What you have to do — Search the entries for the word "ThreePointArc" and return every line where it is found.

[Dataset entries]
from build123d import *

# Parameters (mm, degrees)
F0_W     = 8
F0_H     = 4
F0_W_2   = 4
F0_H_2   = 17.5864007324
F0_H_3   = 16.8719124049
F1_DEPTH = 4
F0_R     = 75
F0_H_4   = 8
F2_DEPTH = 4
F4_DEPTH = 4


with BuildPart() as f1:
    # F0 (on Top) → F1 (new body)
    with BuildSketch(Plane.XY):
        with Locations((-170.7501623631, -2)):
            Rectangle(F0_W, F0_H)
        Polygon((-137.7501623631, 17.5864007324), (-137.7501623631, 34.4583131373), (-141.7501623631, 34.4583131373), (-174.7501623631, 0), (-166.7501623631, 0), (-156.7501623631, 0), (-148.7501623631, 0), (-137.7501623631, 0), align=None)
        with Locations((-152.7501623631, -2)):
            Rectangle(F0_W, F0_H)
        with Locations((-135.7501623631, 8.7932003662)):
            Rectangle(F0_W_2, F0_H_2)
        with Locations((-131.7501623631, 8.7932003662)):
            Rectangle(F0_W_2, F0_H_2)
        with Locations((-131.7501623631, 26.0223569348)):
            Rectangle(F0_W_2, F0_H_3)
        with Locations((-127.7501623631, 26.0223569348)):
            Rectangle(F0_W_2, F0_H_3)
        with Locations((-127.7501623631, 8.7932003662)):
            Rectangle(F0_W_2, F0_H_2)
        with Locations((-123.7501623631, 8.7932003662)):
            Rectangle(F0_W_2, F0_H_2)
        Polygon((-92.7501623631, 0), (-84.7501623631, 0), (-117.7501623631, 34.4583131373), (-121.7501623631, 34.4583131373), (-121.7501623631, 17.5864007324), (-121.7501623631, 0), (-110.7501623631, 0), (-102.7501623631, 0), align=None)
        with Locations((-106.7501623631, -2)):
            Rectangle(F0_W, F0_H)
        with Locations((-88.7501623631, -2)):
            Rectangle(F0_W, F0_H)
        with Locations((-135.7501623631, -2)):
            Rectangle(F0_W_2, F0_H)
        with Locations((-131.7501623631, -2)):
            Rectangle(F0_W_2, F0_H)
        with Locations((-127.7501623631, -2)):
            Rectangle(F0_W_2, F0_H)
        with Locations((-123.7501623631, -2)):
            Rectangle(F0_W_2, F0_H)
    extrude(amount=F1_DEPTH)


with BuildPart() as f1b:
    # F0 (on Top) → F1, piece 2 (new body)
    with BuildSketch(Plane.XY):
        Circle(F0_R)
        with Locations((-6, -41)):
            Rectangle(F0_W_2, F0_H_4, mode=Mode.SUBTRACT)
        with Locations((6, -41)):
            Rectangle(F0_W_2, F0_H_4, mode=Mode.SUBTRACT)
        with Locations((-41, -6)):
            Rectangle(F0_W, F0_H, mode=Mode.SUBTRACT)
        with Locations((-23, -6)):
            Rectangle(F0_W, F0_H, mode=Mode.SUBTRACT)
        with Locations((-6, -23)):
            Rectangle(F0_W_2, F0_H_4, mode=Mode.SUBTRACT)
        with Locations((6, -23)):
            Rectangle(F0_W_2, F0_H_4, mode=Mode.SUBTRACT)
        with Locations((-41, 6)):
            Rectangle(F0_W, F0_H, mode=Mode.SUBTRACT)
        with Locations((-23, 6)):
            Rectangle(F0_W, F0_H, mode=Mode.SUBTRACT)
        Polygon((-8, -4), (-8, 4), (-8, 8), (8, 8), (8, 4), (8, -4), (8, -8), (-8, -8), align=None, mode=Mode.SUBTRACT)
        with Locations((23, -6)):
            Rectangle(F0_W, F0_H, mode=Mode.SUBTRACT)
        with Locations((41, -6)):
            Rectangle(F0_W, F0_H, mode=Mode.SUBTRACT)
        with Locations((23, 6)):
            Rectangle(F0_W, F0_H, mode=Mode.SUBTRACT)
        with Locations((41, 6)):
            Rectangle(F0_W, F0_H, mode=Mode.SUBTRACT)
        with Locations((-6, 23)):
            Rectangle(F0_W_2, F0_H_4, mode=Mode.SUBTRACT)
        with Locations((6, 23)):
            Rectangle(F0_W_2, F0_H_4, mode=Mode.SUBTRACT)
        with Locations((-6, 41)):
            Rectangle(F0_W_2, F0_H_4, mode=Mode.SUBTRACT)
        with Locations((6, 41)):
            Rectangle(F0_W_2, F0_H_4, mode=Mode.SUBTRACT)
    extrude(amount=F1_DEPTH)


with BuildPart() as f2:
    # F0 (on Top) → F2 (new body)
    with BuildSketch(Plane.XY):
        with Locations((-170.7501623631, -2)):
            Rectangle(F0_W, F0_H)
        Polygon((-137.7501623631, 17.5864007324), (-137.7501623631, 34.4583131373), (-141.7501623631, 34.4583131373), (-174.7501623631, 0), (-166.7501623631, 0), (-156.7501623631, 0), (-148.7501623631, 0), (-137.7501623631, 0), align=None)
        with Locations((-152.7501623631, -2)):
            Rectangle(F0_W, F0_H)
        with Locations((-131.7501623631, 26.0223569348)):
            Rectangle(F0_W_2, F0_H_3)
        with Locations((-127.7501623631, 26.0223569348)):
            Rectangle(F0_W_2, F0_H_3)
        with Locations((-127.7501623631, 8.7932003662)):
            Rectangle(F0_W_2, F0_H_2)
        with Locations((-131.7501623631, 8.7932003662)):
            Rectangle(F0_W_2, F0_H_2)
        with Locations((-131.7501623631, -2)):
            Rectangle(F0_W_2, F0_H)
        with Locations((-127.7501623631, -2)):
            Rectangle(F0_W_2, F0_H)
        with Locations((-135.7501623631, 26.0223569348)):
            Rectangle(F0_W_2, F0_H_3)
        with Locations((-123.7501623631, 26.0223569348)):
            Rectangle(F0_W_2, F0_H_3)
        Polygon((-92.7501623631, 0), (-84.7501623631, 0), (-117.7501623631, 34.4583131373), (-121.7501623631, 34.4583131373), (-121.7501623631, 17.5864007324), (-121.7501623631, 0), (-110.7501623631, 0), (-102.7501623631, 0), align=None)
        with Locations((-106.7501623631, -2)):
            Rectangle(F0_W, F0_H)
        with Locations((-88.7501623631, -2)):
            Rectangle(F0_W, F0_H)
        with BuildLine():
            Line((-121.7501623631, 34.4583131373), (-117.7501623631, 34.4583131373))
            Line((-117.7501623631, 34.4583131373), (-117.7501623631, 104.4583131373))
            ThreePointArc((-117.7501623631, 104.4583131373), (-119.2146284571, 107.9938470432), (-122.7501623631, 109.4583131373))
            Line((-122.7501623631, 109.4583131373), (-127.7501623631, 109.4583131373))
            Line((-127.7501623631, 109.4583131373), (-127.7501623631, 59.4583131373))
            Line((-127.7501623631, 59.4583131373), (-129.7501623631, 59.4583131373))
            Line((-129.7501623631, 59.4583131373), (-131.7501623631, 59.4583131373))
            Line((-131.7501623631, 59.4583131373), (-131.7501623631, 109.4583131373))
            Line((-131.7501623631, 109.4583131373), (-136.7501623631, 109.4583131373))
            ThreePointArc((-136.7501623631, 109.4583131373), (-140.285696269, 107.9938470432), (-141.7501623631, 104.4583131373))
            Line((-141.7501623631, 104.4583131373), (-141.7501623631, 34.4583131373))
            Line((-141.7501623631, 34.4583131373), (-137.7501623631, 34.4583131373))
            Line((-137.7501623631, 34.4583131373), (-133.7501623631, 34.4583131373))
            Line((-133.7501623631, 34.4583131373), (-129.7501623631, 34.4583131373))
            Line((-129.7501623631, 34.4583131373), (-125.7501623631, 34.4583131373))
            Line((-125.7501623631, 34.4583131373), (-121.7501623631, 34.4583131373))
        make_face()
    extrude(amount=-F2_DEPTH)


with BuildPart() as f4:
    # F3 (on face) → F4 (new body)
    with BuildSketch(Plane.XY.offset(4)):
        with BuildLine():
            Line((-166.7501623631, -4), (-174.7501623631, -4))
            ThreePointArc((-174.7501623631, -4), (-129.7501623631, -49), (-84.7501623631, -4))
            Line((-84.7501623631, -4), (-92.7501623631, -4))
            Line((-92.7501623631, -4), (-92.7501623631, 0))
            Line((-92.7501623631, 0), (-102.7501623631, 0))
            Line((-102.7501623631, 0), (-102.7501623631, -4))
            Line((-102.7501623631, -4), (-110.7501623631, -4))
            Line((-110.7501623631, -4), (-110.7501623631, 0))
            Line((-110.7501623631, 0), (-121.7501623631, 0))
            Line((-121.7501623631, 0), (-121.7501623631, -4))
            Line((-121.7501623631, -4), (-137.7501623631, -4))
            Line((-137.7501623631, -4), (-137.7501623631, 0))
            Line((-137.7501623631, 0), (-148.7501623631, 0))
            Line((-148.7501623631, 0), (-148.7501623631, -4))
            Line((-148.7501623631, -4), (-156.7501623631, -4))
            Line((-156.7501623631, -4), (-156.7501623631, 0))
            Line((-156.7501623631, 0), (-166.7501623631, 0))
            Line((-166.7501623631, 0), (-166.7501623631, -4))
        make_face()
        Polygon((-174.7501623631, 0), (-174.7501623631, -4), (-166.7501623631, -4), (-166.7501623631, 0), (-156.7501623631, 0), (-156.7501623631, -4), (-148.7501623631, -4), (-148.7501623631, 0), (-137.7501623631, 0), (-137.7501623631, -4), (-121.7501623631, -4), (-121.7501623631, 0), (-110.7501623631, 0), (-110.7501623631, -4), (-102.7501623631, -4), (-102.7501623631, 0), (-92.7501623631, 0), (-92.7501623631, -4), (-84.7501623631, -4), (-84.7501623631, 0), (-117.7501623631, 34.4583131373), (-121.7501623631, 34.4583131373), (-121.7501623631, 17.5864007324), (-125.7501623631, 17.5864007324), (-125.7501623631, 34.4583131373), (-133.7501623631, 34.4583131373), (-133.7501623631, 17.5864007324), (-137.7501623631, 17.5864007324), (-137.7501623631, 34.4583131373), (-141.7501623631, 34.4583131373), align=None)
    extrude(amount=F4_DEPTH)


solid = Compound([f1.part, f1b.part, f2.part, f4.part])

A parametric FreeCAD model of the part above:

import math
import FreeCAD as App
import Part
import Sketcher

V = App.Vector

doc = App.newDocument("Part")
body = doc.addObject("PartDesign::Body", "Body")

# Sketch on XY plane
sketch1 = body.newObject("Sketcher::SketchObject", "Sketch")
sketch1.AttachmentSupport = (doc.getObject("XY_Plane"), [""])
sketch1.MapMode = "FlatFace"
sketch1.addGeometry([
    Part.LineSegment(V(-174.8, 0, 0), V(-174.8, -4, 0)),  # 0
    Part.LineSegment(V(-174.8, -4, 0), V(-166.8, -4, 0)),  # 1
    Part.LineSegment(V(-166.8, -4, 0), V(-166.8, 0, 0)),  # 2
    Part.LineSegment(V(-166.8, 0, 0), V(-156.8, 0, 0)),  # 3
    Part.LineSegment(V(-156.8, 0, 0), V(-156.8, -4, 0)),  # 4
    Part.LineSegment(V(-156.8, -4, 0), V(-148.8, -4, 0)),  # 5
    Part.LineSegment(V(-148.8, -4, 0), V(-148.8, 0, 0)),  # 6
    Part.LineSegment(V(-148.8, 0, 0), V(-137.8, 0, 0)),  # 7
    Part.LineSegment(V(-137.8, 0, 0), V(-137.8, -4, 0)),  # 8
    Part.LineSegment(V(-137.8, -4, 0), V(-121.8, -4, 0)),  # 9
    Part.LineSegment(V(-121.8, -4, 0), V(-121.8, 0, 0)),  # 10
    Part.LineSegment(V(-121.8, 0, 0), V(-110.8, 0, 0)),  # 11
    Part.LineSegment(V(-110.8, 0, 0), V(-110.8, -4, 0)),  # 12
    Part.LineSegment(V(-110.8, -4, 0), V(-102.8, -4, 0)),  # 13
    Part.LineSegment(V(-102.8, -4, 0), V(-102.8, 0, 0)),  # 14
    Part.LineSegment(V(-102.8, 0, 0), V(-92.8, 0, 0)),  # 15
    Part.LineSegment(V(-92.8, 0, 0), V(-92.8, -4, 0)),  # 16
    Part.LineSegment(V(-92.8, -4, 0), V(-84.8, -4, 0)),  # 17
    Part.LineSegment(V(-84.8, -4, 0), V(-84.8, 0, 0)),  # 18
    Part.LineSegment(V(-84.8, 0, 0), V(-117.8, 34.5, 0)),  # 19
    Part.LineSegment(V(-117.8, 34.5, 0), V(-121.8, 34.5, 0)),  # 20
    Part.LineSegment(V(-121.8, 34.5, 0), V(-121.8, 17.6, 0)),  # 21
    Part.LineSegment(V(-121.8, 17.6, 0), V(-125.8, 17.6, 0)),  # 22
    Part.LineSegment(V(-125.8, 17.6, 0), V(-125.8, 34.5, 0)),  # 23
    Part.LineSegment(V(-125.8, 34.5, 0), V(-133.8, 34.5, 0)),  # 24
    Part.LineSegment(V(-133.8, 34.5, 0), V(-133.8, 17.6, 0)),  # 25
    Part.LineSegment(V(-133.8, 17.6, 0), V(-137.8, 17.6, 0)),  # 26
    Part.LineSegment(V(-137.8, 17.6, 0), V(-137.8, 34.5, 0)),  # 27
    Part.LineSegment(V(-137.8, 34.5, 0), V(-141.8, 34.5, 0)),  # 28
    Part.LineSegment(V(-141.8, 34.5, 0), V(-174.8, 0, 0)),  # 29
], False)
sketch1.addConstraint([
    Sketcher.Constraint("Coincident", 0, 2, 1, 1),
    Sketcher.Constraint("Coincident", 1, 2, 2, 1),
    Sketcher.Constraint("Coincident", 2, 2, 3, 1),
    Sketcher.Constraint("Coincident", 3, 2, 4, 1),
    Sketcher.Constraint("Coincident", 4, 2, 5, 1),
    Sketcher.Constraint("Coincident", 5, 2, 6, 1),
    Sketcher.Constraint("Coincident", 6, 2, 7, 1),
    Sketcher.Constraint("Coincident", 7, 2, 8, 1),
    Sketcher.Constraint("Coincident", 8, 2, 9, 1),
    Sketcher.Constraint("Coincident", 9, 2, 10, 1),
    Sketcher.Constraint("Coincident", 10, 2, 11, 1),
    Sketcher.Constraint("Coincident", 11, 2, 12, 1),
    Sketcher.Constraint("Coincident", 12, 2, 13, 1),
    Sketcher.Constraint("Coincident", 13, 2, 14, 1),
    Sketcher.Constraint("Coincident", 14, 2, 15, 1),
    Sketcher.Constraint("Coincident", 15, 2, 16, 1),
    Sketcher.Constraint("Coincident", 16, 2, 17, 1),
    Sketcher.Constraint("Coincident", 17, 2, 18, 1),
    Sketcher.Constraint("Coincident", 18, 2, 19, 1),
    Sketcher.Constraint("Coincident", 19, 2, 20, 1),
    Sketcher.Constraint("Coincident", 20, 2, 21, 1),
    Sketcher.Constraint("Coincident", 21, 2, 22, 1),
    Sketcher.Constraint("Coincident", 22, 2, 23, 1),
    Sketcher.Constraint("Coincident", 23, 2, 24, 1),
    Sketcher.Constraint("Coincident", 24, 2, 25, 1),
    Sketcher.Constraint("Coincident", 25, 2, 26, 1),
    Sketcher.Constraint("Coincident", 26, 2, 27, 1),
    Sketcher.Constraint("Coincident", 27, 2, 28, 1),
    Sketcher.Constraint("Coincident", 28, 2, 29, 1),
    Sketcher.Constraint("Coincident", 29, 2, 0, 1),
    Sketcher.Constraint("Vertical", 0),
    Sketcher.Constraint("Horizontal", 1),
    Sketcher.Constraint("Vertical", 2),
    Sketcher.Constraint("Horizontal", 3),
    Sketcher.Constraint("Vertical", 4),
    Sketcher.Constraint("Horizontal", 5),
    Sketcher.Constraint("Vertical", 6),
    Sketcher.Constraint("Horizontal", 7),
    Sketcher.Constraint("Vertical", 8),
    Sketcher.Constraint("Horizontal", 9),
    Sketcher.Constraint("Vertical", 10),
    Sketcher.Constraint("Horizontal", 11),
    Sketcher.Constraint("Vertical", 12),
    Sketcher.Constraint("Horizontal", 13),
    Sketcher.Constraint("Vertical", 14),
    Sketcher.Constraint("Horizontal", 15),
    Sketcher.Constraint("Vertical", 16),
    Sketcher.Constraint("Horizontal", 17),
    Sketcher.Constraint("Vertical", 18),
    Sketcher.Constraint("Horizontal", 20),
    Sketcher.Constraint("Vertical", 21),
    Sketcher.Constraint("Horizontal", 22),
    Sketcher.Constraint("Vertical", 23),
    Sketcher.Constraint("Horizontal", 24),
    Sketcher.Constraint("Vertical", 25),
    Sketcher.Constraint("Horizontal", 26),
    Sketcher.Constraint("Vertical", 27),
    Sketcher.Constraint("Horizontal", 28),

Response area —
            ThreePointArc((-117.7501623631, 104.4583131373), (-119.2146284571, 107.9938470432), (-122.7501623631, 109.4583131373))
            ThreePointArc((-136.7501623631, 109.4583131373), (-140.285696269, 107.9938470432), (-141.7501623631, 104.4583131373))
            ThreePointArc((-174.7501623631, -4), (-129.7501623631, -49), (-84.7501623631, -4))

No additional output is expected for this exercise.